Et, dans Bienvenue à Marwen, la frontière entre réalité et imaginaire est on ne peut plus floue. Nous connaissons l’histoire de base, celle d’un homme presque battu à mort, au point de devenir amnésique, et reconstruisant une ville miniature où il crée des histoires lui servant d’exutoire. Et Robert Zemeckis n’hésite pas à prendre de court le spectateur, en opérant des transitions discrètes mais efficaces qui nous font passer du réel à l’imaginaire de manière fluide, laissant à chaque fois le spectateur face à un bref instant de doute, notamment dès les premiers instants du film. Car le cinéaste l’a compris, il ne s’agit pas de dissocier les deux mondes, mais bien de les rendre interdépendants. Mark retranscrit sa souffrance et les violences dont il a été victime à travers des reconstitutions se déroulant lors de la Seconde Guerre Mondiale, et ces mises en scène influencent ses interactions avec le monde extérieur. Pour Mark, c’est une manière d’exorciser un mal oppressant, d’invoquer l’imaginaire, son étrangeté et sa singularité pour l’imposer et l’assumer dans la réalité.
Car le principal tort de Mark, c’est d’avoir un penchant pour les chaussures à talons hauts, généralement associés et réservés aux femmes. Homme ordinaire et sans histoires, il a payé pour ses penchants d’apparence originaux, quand il n’avait rien demandé à personne. A Marwen, personne ne peut le juger, il est le héros, les gens sont là pour lui, et il survit à tous les assauts des soldats allemands, froids, intolérants et impitoyables. Et la dynamique du film consiste en une emprise de plus en plus importante de l’imaginaire sur le réel, briser les carcans de la société pour libérer Mark, d’ouvrir Marwen au monde pour faire accepter sa véritable personnalité, sans ne plus jamais avoir à se cacher. Et l’utilisation de l’imaginaire, quelque chose de très personnel, tarabiscoté, étrange, extraordinaire et surtout singulier, permet de mettre en avant le fait que chacun est unique, que chacun a sa propre façon de percevoir le monde qui l’entoure, et de se conduire comme bon lui semble, sans devoir avoir à se soucier du jugement des autres. Bienvenue à Marwen vient donc créer une collision entre cette singularité et cette masse, en montrant l’importance d’une capacité à s’accepter soi-même d’abord, de suivre ses convictions, pour se faire son propre chemin, grâce aux autres, ou malgré eux.

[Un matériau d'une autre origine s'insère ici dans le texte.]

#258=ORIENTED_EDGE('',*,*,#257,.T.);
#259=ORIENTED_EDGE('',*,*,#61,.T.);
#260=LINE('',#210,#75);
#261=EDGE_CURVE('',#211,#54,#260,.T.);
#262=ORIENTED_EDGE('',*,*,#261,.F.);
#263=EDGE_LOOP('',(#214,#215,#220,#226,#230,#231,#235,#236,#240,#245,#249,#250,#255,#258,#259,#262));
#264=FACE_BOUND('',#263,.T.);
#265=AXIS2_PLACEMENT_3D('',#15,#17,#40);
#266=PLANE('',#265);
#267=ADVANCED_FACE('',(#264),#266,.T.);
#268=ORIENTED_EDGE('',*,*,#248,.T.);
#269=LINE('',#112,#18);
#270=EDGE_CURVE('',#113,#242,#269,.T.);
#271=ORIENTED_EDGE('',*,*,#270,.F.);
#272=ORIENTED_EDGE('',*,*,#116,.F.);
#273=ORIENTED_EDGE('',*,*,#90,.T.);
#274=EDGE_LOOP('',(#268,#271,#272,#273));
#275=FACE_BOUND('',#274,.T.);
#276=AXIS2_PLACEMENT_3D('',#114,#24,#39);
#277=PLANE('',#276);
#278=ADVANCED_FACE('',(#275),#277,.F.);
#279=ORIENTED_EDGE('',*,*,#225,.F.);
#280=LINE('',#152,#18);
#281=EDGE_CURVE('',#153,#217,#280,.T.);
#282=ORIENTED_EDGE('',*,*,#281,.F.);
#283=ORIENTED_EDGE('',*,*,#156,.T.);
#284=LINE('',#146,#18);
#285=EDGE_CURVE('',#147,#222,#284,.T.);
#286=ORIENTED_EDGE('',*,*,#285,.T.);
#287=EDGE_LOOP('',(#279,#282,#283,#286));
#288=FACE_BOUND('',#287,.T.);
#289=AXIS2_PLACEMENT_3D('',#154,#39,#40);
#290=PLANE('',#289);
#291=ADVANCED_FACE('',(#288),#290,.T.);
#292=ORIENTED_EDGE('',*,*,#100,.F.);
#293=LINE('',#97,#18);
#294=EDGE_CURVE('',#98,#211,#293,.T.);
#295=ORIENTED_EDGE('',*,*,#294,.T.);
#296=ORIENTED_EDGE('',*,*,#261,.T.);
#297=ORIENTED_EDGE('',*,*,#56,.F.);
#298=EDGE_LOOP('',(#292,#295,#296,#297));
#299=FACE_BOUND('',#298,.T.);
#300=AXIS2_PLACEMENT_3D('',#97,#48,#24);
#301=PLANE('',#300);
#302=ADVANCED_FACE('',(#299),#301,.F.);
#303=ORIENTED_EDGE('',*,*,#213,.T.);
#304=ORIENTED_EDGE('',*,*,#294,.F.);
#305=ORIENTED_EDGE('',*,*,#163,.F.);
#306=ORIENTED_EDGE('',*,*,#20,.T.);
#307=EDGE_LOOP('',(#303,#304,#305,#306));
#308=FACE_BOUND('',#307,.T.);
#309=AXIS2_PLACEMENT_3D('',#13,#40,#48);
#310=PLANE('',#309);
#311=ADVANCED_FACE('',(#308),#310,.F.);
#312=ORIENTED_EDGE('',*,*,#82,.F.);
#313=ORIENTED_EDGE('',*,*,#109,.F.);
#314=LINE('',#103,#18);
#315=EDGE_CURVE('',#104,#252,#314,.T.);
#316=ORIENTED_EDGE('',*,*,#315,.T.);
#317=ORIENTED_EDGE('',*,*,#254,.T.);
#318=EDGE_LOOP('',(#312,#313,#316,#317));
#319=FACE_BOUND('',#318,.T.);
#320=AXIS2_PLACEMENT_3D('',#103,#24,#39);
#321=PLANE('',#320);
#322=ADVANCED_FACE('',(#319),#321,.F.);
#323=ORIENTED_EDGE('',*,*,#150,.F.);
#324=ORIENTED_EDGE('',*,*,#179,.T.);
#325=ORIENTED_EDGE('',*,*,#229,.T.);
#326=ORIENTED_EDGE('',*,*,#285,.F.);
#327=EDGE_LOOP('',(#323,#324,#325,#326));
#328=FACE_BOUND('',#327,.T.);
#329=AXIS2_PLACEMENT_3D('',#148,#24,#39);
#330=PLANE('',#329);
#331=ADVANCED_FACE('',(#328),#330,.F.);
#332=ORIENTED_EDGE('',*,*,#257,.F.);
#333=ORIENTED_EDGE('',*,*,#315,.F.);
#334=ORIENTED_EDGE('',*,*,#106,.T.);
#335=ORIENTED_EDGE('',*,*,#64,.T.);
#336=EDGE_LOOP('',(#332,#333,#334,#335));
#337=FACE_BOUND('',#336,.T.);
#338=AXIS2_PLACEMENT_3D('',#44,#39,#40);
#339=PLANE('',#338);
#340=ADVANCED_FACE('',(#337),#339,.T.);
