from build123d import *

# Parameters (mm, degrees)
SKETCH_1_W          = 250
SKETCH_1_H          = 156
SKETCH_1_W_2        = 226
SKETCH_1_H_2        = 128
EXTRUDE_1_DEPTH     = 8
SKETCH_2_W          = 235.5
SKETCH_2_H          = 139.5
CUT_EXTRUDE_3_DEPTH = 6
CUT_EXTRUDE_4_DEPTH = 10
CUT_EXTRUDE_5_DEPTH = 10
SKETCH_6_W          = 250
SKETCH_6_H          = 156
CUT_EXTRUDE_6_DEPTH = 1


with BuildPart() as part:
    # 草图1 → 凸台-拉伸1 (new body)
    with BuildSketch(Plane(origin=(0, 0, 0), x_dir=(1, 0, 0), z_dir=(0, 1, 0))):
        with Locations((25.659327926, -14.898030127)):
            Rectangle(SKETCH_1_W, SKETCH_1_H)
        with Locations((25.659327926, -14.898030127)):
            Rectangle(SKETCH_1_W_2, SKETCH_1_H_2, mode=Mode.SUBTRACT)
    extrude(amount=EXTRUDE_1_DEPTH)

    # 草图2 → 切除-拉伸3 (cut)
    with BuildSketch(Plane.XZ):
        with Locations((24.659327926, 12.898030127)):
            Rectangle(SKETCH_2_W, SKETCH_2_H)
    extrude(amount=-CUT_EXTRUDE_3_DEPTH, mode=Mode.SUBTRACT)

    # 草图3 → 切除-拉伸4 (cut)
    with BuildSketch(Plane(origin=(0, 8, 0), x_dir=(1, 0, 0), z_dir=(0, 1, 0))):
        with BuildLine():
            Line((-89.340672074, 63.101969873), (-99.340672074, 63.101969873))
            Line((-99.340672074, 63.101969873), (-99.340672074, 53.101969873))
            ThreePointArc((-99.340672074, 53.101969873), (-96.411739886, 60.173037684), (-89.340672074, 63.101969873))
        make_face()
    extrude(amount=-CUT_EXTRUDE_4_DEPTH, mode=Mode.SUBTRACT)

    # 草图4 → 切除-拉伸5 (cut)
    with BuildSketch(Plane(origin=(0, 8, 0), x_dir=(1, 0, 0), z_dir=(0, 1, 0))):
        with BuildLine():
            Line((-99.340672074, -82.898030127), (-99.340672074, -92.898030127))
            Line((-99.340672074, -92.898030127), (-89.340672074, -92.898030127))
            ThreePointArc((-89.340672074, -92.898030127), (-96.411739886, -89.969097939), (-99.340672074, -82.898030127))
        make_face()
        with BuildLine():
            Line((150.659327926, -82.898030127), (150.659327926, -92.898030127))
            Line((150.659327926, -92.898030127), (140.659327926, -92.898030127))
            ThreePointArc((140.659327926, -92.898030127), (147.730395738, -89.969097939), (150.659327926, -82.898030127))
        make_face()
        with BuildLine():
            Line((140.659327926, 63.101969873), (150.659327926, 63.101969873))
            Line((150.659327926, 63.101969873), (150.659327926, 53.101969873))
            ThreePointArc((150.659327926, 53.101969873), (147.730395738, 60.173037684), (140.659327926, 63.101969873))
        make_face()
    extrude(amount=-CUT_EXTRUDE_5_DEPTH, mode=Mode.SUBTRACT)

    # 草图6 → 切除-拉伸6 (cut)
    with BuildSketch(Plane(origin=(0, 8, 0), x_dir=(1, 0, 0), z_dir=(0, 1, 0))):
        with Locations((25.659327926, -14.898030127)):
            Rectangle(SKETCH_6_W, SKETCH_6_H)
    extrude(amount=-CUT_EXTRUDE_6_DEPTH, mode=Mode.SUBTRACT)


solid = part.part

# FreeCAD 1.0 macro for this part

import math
import FreeCAD as App
import Part
import Sketcher


def add_polygon(sketch, points):
    """Adds a closed chain of lines whose ends are joined by coincident constraints."""
    first, n = sketch.GeometryCount, len(points)
    for a, b in zip(points, points[1:] + points[:1]):
        sketch.addGeometry(Part.LineSegment(App.Vector(*a, 0), App.Vector(*b, 0)), False)
    for i in range(n):
        sketch.addConstraint(Sketcher.Constraint("Coincident", first + i, 2, first + (i + 1) % n, 1))

doc = App.newDocument("Part")
body = doc.addObject("PartDesign::Body", "Body")

# Sketch on XZ plane
sketch1 = doc.addObject("Sketcher::SketchObject", "Sketch")
body.addObject(sketch1)
sketch1.AttachmentSupport = (doc.XZ_Plane, [""])
sketch1.MapMode = "FlatFace"
add_polygon(sketch1, [(-99, -63), (-99, 93), (151, 93), (151, -63)])  # lines 0-3
add_polygon(sketch1, [(139, 79), (-87, 79), (-87, -49), (139, -49)])  # lines 4-7
sketch1.addConstraint(Sketcher.Constraint("Vertical", 0))
sketch1.addConstraint(Sketcher.Constraint("Horizontal", 1))
sketch1.addConstraint(Sketcher.Constraint("Vertical", 2))
sketch1.addConstraint(Sketcher.Constraint("Horizontal", 3))
sketch1.addConstraint(Sketcher.Constraint("Horizontal", 4))
sketch1.addConstraint(Sketcher.Constraint("Vertical", 5))
sketch1.addConstraint(Sketcher.Constraint("Horizontal", 6))
sketch1.addConstraint(Sketcher.Constraint("Vertical", 7))
sketch1.addConstraint(Sketcher.Constraint("DistanceX", 1, 1, 1, 2, 250.0))
sketch1.addConstraint(Sketcher.Constraint("DistanceX", 4, 2, 4, 1, 226.0))
sketch1.addConstraint(Sketcher.Constraint("DistanceY", 0, 1, 0, 2, 156.0))
sketch1.addConstraint(Sketcher.Constraint("DistanceY", 5, 2, 5, 1, 128.0))
sketch1.addConstraint(Sketcher.Constraint("DistanceX", 0, 2, 4, 2, 12.0))
sketch1.addConstraint(Sketcher.Constraint("DistanceY", 4, 2, 0, 2, 14.0))
sketch1.addConstraint(Sketcher.Constraint("DistanceY", -1, 1, 0, 2, 92.89803))
sketch1.addConstraint(Sketcher.Constraint("DistanceX", 0, 2, -1, 1, 99.340672))
pad1 = doc.addObject("PartDesign::Pad", "Pad")
body.addObject(pad1)
pad1.Profile = sketch1
pad1.Length = 8
pad1.Reversed = True

# Sketch on XZ plane
sketch2 = doc.addObject("Sketcher::SketchObject", "Sketch001")
body.addObject(sketch2)
sketch2.AttachmentSupport = (doc.XZ_Plane, [""])
sketch2.MapMode = "FlatFace"
add_polygon(sketch2, [(-93, 83), (-93, -57), (142, -57), (142, 83)])  # lines 0-3
sketch2.addConstraint(Sketcher.Constraint("Vertical", 0))
sketch2.addConstraint(Sketcher.Constraint("Horizontal", 1))
sketch2.addConstraint(Sketcher.Constraint("Vertical", 2))
sketch2.addConstraint(Sketcher.Constraint("Horizontal", 3))
sketch2.addConstraint(Sketcher.Constraint("DistanceX", 1, 1, 1, 2, 235.5))
sketch2.addConstraint(Sketcher.Constraint("DistanceY", 0, 2, 0, 1, 139.5))
sketch2.addConstraint(Sketcher.Constraint("DistanceY", 0, 2, -1, 1, 56.85197))
sketch2.addConstraint(Sketcher.Constraint("DistanceX", 0, 2, -1, 1, 93.090672))
pocket1 = doc.addObject("PartDesign::Pocket", "Pocket")
body.addObject(pocket1)
pocket1.Profile = sketch2
pocket1.Length = 6

# Sketch on XZ plane
sketch3 = doc.addObject("Sketcher::SketchObject", "Sketch002")
body.addObject(sketch3)
sketch3.AttachmentSupport = (doc.XZ_Plane, [""])
sketch3.MapMode = "FlatFace"
sketch3.AttachmentOffset = App.Placement(App.Vector(0, 0, -8), App.Rotation())
sketch3.addGeometry(Part.LineSegment(App.Vector(-89, -63, 0), App.Vector(-99, -63, 0)), False)
sketch3.addGeometry(Part.LineSegment(App.Vector(-99, -63, 0), App.Vector(-99, -53, 0)), False)
sketch3.addGeometry(Part.ArcOfCircle(Part.Circle(App.Vector(-89, -53, 0), App.Vector(0, 0, 1), 10), math.radians(-180), math.radians(-90)), False)
sketch3.addConstraint(Sketcher.Constraint("Coincident", 0, 2, 1, 1))
sketch3.addConstraint(Sketcher.Constraint("Tangent", 1, 2, 2, 1))
sketch3.addConstraint(Sketcher.Constraint("Tangent", 2, 2, 0, 1))
sketch3.addConstraint(Sketcher.Constraint("Horizontal", 0))
sketch3.addConstraint(Sketcher.Constraint("Vertical", 1))
sketch3.addConstraint(Sketcher.Constraint("Radius", 2, 10.0))
sketch3.addConstraint(Sketcher.Constraint("DistanceY", 2, 3, -1, 1, 53.10197))
sketch3.addConstraint(Sketcher.Constraint("DistanceX", 2, 3, -1, 1, 89.340672))
pocket2 = doc.addObject("PartDesign::Pocket", "Pocket001")
body.addObject(pocket2)
pocket2.Profile = sketch3
pocket2.Length = 10
pocket2.Reversed = True

# Sketch on XZ plane
sketch4 = doc.addObject("Sketcher::SketchObject", "Sketch003")
body.addObject(sketch4)
sketch4.AttachmentSupport = (doc.XZ_Plane, [""])
sketch4.MapMode = "FlatFace"
sketch4.AttachmentOffset = App.Placement(App.Vector(0, 0, -8), App.Rotation())
sketch4.addGeometry(Part.LineSegment(App.Vector(-99, 83, 0), App.Vector(-99, 93, 0)), False)
sketch4.addGeometry(Part.LineSegment(App.Vector(-99, 93, 0), App.Vector(-89, 93, 0)), False)
sketch4.addGeometry(Part.ArcOfCircle(Part.Circle(App.Vector(-89, 83, 0), App.Vector(0, 0, 1), 10), math.radians(90), math.radians(180)), False)
sketch4.addGeometry(Part.LineSegment(App.Vector(151, 93, 0), App.Vector(151, 83, 0)), False)
sketch4.addGeometry(Part.ArcOfCircle(Part.Circle(App.Vector(141, 83, 0), App.Vector(0, 0, 1), 10), math.radians(0), math.radians(90)), False)
sketch4.addGeometry(Part.LineSegment(App.Vector(141, 93, 0), App.Vector(151, 93, 0)), False)
sketch4.addGeometry(Part.LineSegment(App.Vector(151, -63, 0), App.Vector(141, -63, 0)), False)
sketch4.addGeometry(Part.ArcOfCircle(Part.Circle(App.Vector(141, -53, 0), App.Vector(0, 0, 1), 10), math.radians(-90), math.radians(0)), False)
sketch4.addGeometry(Part.LineSegment(App.Vector(151, -53, 0), App.Vector(151, -63, 0)), False)
sketch4.addConstraint(Sketcher.Constraint("Coincident", 0, 2, 1, 1))
sketch4.addConstraint(Sketcher.Constraint("Tangent", 1, 2, 2, 1))
sketch4.addConstraint(Sketcher.Constraint("Tangent", 2, 2, 0, 1))
sketch4.addConstraint(Sketcher.Constraint("Tangent", 3, 2, 4, 1))
sketch4.addConstraint(Sketcher.Constraint("Tangent", 4, 2, 5, 1))
sketch4.addConstraint(Sketcher.Constraint("Coincident", 5, 2, 3, 1))
sketch4.addConstraint(Sketcher.Constraint("Tangent", 6, 2, 7, 1))
sketch4.addConstraint(Sketcher.Constraint("Tangent", 7, 2, 8, 1))
sketch4.addConstraint(Sketcher.Constraint("Coincident", 8, 2, 6, 1))
sketch4.addConstraint(Sketcher.Constraint("Vertical", 0))
sketch4.addConstraint(Sketcher.Constraint("Horizontal", 1))
sketch4.addConstraint(Sketcher.Constraint("Vertical", 3))
sketch4.addConstraint(Sketcher.Constraint("Horizontal", 5))
sketch4.addConstraint(Sketcher.Constraint("Horizontal", 6))
sketch4.addConstraint(Sketcher.Constraint("Vertical", 8))
sketch4.addConstraint(Sketcher.Constraint("Equal", 2, 4))
sketch4.addConstraint(Sketcher.Constraint("Equal", 4, 7))
sketch4.addConstraint(Sketcher.Constraint("Horizontal", 2, 3, 4, 3))
sketch4.addConstraint(Sketcher.Constraint("Vertical", 4, 3, 7, 3))
sketch4.addConstraint(Sketcher.Constraint("Radius", 2, 10.0))
sketch4.addConstraint(Sketcher.Constraint("DistanceX", 2, 3, 4, 3, 230.0))
sketch4.addConstraint(Sketcher.Constraint("DistanceY", 7, 3, 4, 3, 136.0))
sketch4.addConstraint(Sketcher.Constraint("DistanceY", -1, 1, 2, 3, 82.89803))
sketch4.addConstraint(Sketcher.Constraint("DistanceX", 2, 3, -1, 1, 89.340672))
pocket3 = doc.addObject("PartDesign::Pocket", "Pocket002")
body.addObject(pocket3)
pocket3.Profile = sketch4
pocket3.Length = 10
pocket3.Reversed = True

# Sketch on XZ plane
sketch5 = doc.addObject("Sketcher::SketchObject", "Sketch004")
body.addObject(sketch5)
sketch5.AttachmentSupport = (doc.XZ_Plane, [""])
sketch5.MapMode = "FlatFace"
sketch5.AttachmentOffset = App.Placement(App.Vector(0, 0, -8), App.Rotation())
add_polygon(sketch5, [(-99, -63), (-99, 93), (151, 93), (151, -63)])  # lines 0-3
sketch5.addConstraint(Sketcher.Constraint("Vertical", 0))
sketch5.addConstraint(Sketcher.Constraint("Horizontal", 1))
sketch5.addConstraint(Sketcher.Constraint("Vertical", 2))
sketch5.addConstraint(Sketcher.Constraint("Horizontal", 3))
sketch5.addConstraint(Sketcher.Constraint("DistanceX", 1, 1, 1, 2, 250.0))
sketch5.addConstraint(Sketcher.Constraint("DistanceY", 0, 1, 0, 2, 156.0))
sketch5.addConstraint(Sketcher.Constraint("DistanceY", -1, 1, 0, 2, 92.89803))
sketch5.addConstraint(Sketcher.Constraint("DistanceX", 0, 2, -1, 1, 99.340672))
pocket4 = doc.addObject("PartDesign::Pocket", "Pocket003")
body.addObject(pocket4)
pocket4.Profile = sketch5
pocket4.Length = 1
pocket4.Reversed = True

doc.recompute()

C’est donc une belle parenthèse mélancolique et touchante que nous offre Robert Zemeckis en ce début d’année. Toujours friand de prouesses visuelles, il impressionne avec ces séquences animées aussi belles que bourrées d’imagination. La belle musique d’Alan Silvestri porte le film, avec, notamment, un très beau thème principal, et Steve Carell est touchant de sincérité et d’authenticité. Globalement, le scénario n’est pas forcément des plus originaux, mais, pourtant, il exploite parfaitement l’histoire originale pour offrir un traitement des plus pertinents, capable de parler à tous et de mettre le spectateur face à ses propres a priori et préjugés. Bienvenue à Marwen ne semble malheureusement pas parti pour faire exploser les compteurs, mais personne ne pourra voler ce beau moment que nous a offert Robert Zemeckis.